Mais Shoboshobo pratique surtout, dans cette exposition, le culte du flou, avec poésie. Et croyez moi, faire un dessin brumeux, ce n'est pas facile du tout. Pour cela, l'artiste se sert de l'aérographe, technique bien particulière qui permet d'obtenir un aspect indistinct à souhait. Il utilise aussi les feutres, la gouache, le stylo Bic, le pochoir et la tablette graphique. Tous les moyens sont bons pour construire son petit monde affreux, sale et méchant, mais aussi... touchant... Et soudain, ce dessin en noir et blanc se transforme en photographie floutée : étonnant.
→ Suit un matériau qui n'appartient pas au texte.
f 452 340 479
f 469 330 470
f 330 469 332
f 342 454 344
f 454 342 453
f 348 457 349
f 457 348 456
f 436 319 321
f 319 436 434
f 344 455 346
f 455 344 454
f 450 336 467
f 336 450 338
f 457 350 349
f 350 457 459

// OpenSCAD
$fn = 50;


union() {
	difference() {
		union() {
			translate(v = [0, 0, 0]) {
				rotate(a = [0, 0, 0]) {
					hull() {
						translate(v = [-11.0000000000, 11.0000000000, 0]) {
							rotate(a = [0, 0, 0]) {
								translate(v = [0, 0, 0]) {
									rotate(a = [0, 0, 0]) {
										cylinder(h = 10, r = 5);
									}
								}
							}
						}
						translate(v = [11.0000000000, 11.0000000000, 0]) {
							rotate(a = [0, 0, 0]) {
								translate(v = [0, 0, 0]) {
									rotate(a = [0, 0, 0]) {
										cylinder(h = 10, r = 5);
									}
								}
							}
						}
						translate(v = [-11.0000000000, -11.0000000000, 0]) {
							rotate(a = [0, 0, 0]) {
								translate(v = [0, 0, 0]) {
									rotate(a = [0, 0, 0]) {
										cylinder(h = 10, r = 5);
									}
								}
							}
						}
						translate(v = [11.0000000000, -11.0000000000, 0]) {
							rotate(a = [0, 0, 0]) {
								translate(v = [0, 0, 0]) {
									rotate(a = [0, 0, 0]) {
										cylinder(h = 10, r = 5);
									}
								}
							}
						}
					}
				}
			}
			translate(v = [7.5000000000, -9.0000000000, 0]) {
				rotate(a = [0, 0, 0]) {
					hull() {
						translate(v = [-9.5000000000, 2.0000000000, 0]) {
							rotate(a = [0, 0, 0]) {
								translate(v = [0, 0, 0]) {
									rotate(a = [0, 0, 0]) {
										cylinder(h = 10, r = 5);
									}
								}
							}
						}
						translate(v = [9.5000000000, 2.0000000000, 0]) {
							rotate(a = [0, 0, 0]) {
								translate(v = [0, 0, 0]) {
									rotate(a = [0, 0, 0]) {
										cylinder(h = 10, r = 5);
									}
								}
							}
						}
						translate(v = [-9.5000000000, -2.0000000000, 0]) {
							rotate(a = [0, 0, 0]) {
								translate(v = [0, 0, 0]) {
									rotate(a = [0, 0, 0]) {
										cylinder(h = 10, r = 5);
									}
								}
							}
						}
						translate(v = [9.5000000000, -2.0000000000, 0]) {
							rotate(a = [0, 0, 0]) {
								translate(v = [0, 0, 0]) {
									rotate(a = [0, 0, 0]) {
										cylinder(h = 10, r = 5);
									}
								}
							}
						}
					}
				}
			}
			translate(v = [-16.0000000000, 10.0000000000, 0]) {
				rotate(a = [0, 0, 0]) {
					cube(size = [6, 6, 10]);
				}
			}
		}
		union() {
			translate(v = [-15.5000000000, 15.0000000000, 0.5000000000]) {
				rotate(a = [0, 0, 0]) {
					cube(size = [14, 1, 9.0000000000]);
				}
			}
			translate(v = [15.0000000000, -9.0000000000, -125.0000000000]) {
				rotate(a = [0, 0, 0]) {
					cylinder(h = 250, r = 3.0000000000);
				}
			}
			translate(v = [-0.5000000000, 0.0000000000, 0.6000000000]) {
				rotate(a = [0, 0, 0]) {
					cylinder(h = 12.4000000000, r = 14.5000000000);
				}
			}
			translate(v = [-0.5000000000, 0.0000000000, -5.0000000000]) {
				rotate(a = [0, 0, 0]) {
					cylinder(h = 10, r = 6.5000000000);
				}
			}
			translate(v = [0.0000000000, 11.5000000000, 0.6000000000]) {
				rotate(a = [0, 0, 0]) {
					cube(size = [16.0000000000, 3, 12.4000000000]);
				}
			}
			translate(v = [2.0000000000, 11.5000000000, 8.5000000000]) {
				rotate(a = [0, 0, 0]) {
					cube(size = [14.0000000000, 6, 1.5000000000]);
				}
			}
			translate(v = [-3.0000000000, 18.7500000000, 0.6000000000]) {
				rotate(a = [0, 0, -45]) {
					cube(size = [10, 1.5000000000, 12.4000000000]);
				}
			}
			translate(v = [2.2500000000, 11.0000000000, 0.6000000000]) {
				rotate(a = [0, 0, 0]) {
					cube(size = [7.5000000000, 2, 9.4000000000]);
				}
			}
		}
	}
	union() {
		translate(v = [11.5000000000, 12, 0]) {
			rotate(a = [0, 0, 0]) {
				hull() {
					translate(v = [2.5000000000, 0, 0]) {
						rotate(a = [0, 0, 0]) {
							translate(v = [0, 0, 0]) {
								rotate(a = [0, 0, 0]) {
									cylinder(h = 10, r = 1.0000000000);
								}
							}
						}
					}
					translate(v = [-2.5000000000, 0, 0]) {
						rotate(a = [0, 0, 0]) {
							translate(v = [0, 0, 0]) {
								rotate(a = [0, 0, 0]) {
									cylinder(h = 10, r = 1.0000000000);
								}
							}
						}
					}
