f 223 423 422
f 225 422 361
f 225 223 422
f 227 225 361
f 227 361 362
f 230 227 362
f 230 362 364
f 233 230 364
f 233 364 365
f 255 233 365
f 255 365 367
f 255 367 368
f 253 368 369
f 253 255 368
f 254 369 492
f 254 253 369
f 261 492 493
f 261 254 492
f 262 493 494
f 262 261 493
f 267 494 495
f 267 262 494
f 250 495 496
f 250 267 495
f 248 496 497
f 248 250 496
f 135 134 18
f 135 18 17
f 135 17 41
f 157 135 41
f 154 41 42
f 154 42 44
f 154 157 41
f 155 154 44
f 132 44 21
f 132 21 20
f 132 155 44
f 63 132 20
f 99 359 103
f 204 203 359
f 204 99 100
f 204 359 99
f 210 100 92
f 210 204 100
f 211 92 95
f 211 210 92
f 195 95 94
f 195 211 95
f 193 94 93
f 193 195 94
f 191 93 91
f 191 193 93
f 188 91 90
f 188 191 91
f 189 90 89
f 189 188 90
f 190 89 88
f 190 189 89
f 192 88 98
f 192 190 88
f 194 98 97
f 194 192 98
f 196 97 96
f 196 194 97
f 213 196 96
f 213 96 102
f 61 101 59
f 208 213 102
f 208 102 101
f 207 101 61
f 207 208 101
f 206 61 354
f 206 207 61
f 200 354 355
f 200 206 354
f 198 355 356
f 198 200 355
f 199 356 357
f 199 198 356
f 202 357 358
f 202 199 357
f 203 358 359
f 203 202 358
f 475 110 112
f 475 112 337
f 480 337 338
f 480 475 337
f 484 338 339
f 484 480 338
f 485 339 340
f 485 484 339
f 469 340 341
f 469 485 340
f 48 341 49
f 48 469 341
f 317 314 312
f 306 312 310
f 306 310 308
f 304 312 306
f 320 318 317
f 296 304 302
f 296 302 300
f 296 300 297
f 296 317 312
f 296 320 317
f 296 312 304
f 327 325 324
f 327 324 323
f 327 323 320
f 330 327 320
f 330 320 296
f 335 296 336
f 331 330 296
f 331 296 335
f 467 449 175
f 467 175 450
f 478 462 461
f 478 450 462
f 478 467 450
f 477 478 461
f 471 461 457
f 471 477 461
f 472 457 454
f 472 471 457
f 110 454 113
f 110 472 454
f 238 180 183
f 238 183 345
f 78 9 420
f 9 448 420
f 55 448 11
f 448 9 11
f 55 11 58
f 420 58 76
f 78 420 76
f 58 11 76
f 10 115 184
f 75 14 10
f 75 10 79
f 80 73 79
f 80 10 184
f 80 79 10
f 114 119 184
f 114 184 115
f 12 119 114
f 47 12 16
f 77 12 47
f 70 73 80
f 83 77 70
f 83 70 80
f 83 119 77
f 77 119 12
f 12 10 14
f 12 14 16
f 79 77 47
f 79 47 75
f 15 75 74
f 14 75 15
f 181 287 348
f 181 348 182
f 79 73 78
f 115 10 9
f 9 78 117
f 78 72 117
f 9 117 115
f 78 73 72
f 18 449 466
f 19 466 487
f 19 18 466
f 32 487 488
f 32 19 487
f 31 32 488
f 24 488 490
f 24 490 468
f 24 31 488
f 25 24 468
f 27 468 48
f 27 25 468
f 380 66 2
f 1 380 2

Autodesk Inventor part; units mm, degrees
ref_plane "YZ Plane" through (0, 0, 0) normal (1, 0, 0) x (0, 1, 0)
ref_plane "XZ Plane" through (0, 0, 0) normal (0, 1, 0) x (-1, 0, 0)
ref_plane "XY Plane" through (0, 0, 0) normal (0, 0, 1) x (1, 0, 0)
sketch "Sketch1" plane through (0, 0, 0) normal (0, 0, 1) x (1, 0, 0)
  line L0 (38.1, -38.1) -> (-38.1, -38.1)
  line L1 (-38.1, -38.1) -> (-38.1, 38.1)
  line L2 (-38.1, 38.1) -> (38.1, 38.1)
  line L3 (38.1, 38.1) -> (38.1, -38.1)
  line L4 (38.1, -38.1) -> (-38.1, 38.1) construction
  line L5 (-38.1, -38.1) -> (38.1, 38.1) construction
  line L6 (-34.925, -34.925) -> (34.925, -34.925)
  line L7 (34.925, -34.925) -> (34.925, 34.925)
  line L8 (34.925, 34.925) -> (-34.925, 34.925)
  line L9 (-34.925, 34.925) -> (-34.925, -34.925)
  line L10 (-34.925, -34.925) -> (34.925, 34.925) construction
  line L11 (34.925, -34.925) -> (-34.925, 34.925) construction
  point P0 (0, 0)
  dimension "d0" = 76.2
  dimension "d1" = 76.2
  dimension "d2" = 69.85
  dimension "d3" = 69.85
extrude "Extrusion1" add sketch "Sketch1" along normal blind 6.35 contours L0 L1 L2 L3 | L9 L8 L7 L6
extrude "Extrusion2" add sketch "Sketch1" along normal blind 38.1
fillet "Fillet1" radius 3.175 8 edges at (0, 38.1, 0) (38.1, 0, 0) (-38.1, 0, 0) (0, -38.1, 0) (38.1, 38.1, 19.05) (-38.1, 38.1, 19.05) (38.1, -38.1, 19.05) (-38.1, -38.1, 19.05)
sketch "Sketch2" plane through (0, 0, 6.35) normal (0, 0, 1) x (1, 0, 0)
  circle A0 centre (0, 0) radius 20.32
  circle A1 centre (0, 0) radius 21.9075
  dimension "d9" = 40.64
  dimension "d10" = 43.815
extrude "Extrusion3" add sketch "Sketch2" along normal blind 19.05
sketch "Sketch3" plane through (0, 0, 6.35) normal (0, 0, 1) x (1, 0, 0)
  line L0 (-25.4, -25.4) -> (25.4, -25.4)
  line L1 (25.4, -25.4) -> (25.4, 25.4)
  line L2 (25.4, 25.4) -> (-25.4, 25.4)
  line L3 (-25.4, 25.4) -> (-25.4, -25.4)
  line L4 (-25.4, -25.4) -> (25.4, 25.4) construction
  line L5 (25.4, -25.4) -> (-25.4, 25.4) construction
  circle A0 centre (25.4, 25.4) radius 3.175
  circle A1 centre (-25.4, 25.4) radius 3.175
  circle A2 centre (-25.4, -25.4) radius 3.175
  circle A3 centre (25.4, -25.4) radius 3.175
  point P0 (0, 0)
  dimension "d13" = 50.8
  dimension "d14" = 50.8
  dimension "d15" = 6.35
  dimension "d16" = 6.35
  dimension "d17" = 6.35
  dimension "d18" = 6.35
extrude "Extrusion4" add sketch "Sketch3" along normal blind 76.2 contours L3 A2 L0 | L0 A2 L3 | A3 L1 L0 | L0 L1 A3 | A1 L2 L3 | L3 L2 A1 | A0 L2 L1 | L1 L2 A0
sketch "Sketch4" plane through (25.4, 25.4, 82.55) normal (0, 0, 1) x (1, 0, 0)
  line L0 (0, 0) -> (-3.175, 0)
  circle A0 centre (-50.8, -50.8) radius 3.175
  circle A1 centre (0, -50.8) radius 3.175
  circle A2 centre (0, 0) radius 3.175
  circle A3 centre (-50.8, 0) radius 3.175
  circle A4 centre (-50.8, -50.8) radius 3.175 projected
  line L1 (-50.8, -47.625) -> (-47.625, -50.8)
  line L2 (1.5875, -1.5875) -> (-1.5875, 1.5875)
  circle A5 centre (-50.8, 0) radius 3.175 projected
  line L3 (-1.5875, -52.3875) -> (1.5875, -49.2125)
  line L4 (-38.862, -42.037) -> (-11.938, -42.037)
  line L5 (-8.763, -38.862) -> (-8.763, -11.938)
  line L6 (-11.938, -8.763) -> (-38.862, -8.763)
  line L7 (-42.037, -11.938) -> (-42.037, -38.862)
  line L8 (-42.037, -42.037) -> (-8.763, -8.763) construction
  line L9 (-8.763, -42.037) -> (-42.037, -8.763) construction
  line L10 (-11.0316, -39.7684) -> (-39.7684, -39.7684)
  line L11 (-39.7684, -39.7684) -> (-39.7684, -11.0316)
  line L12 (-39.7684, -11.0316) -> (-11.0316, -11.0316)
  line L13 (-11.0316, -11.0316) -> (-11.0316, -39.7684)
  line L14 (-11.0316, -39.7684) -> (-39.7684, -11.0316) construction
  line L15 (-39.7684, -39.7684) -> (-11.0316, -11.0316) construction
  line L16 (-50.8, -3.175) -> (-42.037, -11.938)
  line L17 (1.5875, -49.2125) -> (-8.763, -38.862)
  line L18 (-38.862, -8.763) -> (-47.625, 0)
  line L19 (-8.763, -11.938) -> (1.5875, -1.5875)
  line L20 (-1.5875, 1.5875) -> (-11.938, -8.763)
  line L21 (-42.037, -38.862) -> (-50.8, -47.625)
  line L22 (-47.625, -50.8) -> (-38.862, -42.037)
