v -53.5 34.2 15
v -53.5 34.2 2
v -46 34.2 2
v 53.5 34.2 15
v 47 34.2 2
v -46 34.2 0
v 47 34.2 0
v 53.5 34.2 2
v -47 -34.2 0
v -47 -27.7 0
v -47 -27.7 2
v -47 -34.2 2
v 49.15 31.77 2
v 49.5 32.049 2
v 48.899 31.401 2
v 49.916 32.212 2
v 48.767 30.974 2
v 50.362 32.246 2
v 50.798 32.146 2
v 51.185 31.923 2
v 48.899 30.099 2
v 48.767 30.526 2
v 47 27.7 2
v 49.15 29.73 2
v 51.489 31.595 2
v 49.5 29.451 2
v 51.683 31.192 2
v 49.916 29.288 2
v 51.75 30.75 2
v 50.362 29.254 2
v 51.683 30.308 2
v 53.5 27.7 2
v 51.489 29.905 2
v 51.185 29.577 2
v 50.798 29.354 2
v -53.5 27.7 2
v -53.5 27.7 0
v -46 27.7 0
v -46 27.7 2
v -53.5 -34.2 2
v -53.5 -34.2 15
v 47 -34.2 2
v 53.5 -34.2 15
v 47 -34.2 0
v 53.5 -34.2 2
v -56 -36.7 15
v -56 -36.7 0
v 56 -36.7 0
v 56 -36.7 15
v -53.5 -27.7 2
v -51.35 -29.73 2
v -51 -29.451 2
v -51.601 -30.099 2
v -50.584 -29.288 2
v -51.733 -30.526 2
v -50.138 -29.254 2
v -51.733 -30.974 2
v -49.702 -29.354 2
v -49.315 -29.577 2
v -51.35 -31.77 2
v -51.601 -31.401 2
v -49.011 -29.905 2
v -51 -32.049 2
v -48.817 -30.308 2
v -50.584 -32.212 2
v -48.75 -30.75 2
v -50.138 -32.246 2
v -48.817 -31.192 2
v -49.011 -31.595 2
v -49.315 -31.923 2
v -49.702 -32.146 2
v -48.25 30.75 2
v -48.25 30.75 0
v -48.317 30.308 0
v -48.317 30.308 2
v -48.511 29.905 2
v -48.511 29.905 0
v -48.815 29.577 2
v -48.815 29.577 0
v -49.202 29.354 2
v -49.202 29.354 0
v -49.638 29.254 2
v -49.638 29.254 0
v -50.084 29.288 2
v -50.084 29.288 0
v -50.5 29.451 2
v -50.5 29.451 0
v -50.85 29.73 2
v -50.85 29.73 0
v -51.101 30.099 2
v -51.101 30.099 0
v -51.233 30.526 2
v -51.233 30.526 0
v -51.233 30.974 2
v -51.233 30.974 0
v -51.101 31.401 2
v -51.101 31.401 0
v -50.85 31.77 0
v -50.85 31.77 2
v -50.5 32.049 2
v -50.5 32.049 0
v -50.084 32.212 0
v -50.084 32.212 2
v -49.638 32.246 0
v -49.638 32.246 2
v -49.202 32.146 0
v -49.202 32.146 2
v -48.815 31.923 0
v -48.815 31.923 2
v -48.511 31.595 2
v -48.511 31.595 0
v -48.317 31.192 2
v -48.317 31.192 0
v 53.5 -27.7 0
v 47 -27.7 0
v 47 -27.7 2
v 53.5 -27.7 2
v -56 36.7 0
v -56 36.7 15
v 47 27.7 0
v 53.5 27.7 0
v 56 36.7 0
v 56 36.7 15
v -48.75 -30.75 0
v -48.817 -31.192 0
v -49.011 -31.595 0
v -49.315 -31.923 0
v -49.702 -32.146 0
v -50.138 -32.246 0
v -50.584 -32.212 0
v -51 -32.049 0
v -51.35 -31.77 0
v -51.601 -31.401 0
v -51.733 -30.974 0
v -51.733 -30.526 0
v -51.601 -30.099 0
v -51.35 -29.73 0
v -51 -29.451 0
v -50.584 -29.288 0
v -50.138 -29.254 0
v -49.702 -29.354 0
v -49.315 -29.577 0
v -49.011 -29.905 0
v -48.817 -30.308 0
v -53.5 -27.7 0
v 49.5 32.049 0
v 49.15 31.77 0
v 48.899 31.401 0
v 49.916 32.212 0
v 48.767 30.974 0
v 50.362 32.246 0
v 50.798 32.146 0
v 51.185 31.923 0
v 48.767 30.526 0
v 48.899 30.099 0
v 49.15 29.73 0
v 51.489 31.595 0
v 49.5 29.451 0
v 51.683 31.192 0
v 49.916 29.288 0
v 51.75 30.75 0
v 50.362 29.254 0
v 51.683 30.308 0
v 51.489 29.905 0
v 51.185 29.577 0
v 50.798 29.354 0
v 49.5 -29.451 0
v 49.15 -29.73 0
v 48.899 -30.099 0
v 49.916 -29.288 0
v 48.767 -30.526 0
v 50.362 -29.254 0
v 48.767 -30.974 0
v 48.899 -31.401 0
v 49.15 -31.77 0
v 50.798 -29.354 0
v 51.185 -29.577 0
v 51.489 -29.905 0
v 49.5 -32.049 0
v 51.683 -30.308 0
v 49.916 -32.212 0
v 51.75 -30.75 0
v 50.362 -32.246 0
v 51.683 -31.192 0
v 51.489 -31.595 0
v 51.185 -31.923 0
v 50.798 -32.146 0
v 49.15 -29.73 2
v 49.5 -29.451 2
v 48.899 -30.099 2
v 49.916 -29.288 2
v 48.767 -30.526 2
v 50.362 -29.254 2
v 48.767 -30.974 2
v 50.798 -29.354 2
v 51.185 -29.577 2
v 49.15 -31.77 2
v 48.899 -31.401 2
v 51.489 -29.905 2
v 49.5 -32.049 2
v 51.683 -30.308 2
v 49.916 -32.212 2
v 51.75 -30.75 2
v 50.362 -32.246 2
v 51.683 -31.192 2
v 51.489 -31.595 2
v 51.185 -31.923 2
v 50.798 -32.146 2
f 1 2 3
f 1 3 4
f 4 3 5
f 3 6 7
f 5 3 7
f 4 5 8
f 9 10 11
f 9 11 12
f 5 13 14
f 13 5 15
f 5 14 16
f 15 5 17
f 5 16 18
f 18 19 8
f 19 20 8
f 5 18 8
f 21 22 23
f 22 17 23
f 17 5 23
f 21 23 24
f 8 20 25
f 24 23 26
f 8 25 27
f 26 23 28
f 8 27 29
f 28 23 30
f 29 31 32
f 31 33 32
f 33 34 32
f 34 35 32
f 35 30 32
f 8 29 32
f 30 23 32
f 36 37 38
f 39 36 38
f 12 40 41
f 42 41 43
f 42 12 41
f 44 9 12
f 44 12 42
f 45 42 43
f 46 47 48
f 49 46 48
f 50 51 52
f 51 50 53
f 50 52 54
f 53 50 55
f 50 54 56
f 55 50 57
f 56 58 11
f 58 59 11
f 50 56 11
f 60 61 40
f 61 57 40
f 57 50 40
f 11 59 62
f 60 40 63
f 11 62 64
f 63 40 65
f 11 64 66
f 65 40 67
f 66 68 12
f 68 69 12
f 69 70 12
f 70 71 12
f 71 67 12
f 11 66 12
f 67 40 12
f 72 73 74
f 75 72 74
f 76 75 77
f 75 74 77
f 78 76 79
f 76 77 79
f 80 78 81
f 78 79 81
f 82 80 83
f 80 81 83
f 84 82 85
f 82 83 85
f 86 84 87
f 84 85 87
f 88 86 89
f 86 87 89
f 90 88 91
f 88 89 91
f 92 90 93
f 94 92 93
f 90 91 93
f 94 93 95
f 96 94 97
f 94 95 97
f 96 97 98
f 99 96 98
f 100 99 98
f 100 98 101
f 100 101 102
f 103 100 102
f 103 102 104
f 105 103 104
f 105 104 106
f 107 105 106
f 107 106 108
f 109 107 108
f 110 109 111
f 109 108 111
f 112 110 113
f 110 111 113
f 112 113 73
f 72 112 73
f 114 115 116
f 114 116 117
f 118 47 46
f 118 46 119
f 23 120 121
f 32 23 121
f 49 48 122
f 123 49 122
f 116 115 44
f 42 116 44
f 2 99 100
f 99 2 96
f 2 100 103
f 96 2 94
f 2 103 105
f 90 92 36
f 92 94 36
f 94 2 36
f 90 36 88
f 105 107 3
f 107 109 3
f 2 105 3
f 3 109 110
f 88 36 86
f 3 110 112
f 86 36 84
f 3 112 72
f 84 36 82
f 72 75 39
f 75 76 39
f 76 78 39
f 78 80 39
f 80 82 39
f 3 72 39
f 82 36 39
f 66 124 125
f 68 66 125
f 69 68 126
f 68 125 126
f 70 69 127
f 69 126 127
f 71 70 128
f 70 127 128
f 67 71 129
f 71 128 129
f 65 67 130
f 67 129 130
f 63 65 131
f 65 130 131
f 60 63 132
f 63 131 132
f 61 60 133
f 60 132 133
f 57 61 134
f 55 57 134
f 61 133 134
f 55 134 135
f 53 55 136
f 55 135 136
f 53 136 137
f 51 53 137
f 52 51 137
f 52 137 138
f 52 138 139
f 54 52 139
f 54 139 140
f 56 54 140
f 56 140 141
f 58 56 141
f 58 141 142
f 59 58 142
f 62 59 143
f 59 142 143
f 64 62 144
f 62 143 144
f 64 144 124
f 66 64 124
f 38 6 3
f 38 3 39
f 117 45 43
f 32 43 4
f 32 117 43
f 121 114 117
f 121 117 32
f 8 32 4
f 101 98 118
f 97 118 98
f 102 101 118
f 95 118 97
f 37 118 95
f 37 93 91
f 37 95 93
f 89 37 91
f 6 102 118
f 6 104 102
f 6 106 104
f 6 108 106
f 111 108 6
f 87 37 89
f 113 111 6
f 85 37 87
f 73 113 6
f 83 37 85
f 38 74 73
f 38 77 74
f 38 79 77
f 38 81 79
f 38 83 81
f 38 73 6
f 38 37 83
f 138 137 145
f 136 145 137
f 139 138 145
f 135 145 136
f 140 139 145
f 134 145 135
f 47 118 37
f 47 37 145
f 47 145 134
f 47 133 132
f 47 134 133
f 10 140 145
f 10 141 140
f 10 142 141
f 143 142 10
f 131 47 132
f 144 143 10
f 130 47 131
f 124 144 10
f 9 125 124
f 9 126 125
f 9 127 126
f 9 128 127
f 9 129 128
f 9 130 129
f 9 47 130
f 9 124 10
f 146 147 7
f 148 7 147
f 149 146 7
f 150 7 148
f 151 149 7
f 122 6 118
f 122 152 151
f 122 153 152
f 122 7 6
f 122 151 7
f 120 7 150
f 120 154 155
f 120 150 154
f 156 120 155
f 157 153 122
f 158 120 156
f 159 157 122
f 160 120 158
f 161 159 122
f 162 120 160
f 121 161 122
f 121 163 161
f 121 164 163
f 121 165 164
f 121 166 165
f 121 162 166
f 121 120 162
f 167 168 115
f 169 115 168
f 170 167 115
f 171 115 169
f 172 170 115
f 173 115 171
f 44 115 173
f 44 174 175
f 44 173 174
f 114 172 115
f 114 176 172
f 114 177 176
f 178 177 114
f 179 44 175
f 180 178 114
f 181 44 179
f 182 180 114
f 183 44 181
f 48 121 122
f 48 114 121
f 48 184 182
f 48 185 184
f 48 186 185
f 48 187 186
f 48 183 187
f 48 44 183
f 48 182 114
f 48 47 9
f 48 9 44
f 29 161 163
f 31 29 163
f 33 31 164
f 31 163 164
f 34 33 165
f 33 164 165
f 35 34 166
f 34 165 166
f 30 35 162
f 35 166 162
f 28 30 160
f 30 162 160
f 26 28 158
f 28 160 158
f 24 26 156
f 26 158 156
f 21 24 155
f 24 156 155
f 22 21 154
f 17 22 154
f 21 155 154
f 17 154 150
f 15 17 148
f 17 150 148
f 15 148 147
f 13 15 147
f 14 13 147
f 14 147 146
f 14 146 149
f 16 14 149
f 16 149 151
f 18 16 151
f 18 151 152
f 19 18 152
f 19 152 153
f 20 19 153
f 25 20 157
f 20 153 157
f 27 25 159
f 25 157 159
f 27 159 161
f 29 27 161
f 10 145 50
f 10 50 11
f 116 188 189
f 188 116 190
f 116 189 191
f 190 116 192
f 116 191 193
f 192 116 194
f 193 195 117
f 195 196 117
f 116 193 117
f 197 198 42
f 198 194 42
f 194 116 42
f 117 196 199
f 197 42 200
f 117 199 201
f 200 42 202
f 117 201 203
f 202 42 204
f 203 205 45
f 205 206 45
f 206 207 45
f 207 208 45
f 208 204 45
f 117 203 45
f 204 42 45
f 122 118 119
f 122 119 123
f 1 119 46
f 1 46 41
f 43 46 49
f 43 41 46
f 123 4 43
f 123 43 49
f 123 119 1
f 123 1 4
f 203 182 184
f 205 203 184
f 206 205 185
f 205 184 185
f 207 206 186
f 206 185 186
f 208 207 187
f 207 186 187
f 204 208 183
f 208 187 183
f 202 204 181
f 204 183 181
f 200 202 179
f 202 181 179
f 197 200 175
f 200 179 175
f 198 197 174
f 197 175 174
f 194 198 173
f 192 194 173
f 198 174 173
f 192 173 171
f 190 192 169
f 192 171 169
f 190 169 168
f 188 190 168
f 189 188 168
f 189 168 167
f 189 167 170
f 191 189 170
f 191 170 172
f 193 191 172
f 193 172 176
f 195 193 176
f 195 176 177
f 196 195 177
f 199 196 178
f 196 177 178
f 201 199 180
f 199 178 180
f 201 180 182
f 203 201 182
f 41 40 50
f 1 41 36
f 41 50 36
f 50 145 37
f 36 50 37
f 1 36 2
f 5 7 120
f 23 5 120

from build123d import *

# Parameters (mm, degrees)
SKETCH_W      = 112
SKETCH_H      = 73.4
SKETCH_W_2    = 107
SKETCH_H_2    = 68.4
PAD_DEPTH     = 15
SKETCH001_W   = 6.5
SKETCH001_H   = 6.5
SKETCH001_W_2 = 7.5
PAD001_DEPTH  = 2
SKETCH002_R   = 1.5
POCKET_DEPTH  = 2


with BuildPart() as part:
    # Sketch → Pad (new body)
    with BuildSketch(Plane.XY):
        Rectangle(SKETCH_W, SKETCH_H)
        Rectangle(SKETCH_W_2, SKETCH_H_2, mode=Mode.SUBTRACT)
    extrude(amount=PAD_DEPTH)

    # Sketch001 (on Face9 of Pad) → Pad001 (join)
    with BuildSketch(Plane(origin=(0, 0, 0), x_dir=(1, 0, 0), z_dir=(0, 0, -1))):
        with Locations((-50.25, 30.95)):
            Rectangle(SKETCH001_W, SKETCH001_H)
        with Locations((-49.75, -30.95)):
            Rectangle(SKETCH001_W_2, SKETCH001_H)
        with Locations((50.25, 30.95)):
            Rectangle(SKETCH001_W, SKETCH001_H)
        with Locations((50.25, -30.95)):
            Rectangle(SKETCH001_W, SKETCH001_H)
    extrude(amount=-PAD001_DEPTH)

    # Sketch002 (on Face22 of Pad001) → Pocket (cut)
    with BuildSketch(Plane(origin=(0, 0, 0), x_dir=(1, 0, 0), z_dir=(0, 0, -1))):
        with Locations((-50.25, 30.75)):
            Circle(SKETCH002_R)
        with Locations((50.25, -30.75)):
            Circle(SKETCH002_R)
        with Locations((-49.75, -30.75)):
            Circle(SKETCH002_R)
        with Locations((50.25, 30.75)):
            Circle(SKETCH002_R)
    extrude(amount=-POCKET_DEPTH, mode=Mode.SUBTRACT)


solid = part.part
Calligraphie et gribouillis
Dans les dessins de ce créateur, les traits s'entremêlent comme une calligraphie qui n'arriverait pas à exister et resterait à l'état de gribouillis. A sa façon, Mehdi Hercberg donne un bon coup de pied au cul à l'art du dessin et en semble très fier. Il est probable que la fonction purement illustrative ne lui suffise plus et qu'il soit parti dans une vaste recherche, dont il nous fait part aujourd'hui, à travers cette exposition.
La boîte à gifles
Derrière ces personnages distordus, cette végétation aux allures de jungle, cette écriture qui n'ose pas en être une et ces étranges profondeurs de champ, Shoboshobo a bien l'intention de nous tendre un miroir. Avec un humour acerbe, il dessine des idiots afin de nous placer face à notre propre idiotie. Il décrit la vulgarité et le marasme dans lequel patauge quotidiennement l'humanité. Il dénonce avec véhémence l'autodestruction de la civilisation, la dérive sans éthique du tout technologique et la consommation à outrance. Son œuvre ressemble à une grande fête foraine, elle n'est là que pour dénoncer le cirque qui nous entoure. Mais attention, dans la piste aux étoiles façon Shoboshobo, il y a parfois une jolie tendresse de clown et quelques belles lueurs d’espoir. "Explorer l'idiotie, c’est comme descendre avec délectation aux enfers de l'art, un voyage hilare, quand il n'est pas effrayant". Cette phrase de l'essayiste Jean Yves Jouannais, qualifie, à la perfection les travaux de Shoboshobo. Ce personnage aux bras trop longs, coiffé d'une étrange couvre-chef, est un beau symbole d'un monde qui ne voit plus bien claitr et qui hésite dans l'action.
L'art de la com en bonus
Sous les yeux des visiteurs, Shoboshobo se lance dans la réalisation d'une grande fresque murale (vidéo). Cela devrait lui prendre une semaine. De plus, l'artiste propose aux invités du vernissage, de tirer au paint-ball sur des figures contrecollées sur du carton, des dessins originaux. Ce stand minuscule a un succès énorme et chaque tireur artistique repart avec son oeuvre... Encore un rappel de la fête foraine ou un hommage discret à Niki de Saint Phalle ? Shoboshobo a exposé en Argentine, Suède, Danemark, USA, Allemagne, Italie et bien sûr : Japon. Le musicien a officié pour des labels comme Radars Records ou Stiff, entre autres.
Shoboshobo, le ballon qui se dégonfle, ne manque pas de souffle et sa planète folle mérite qu'on la visite. C'est vite fait, l'espace de l'exposition se résume à une seule pièce.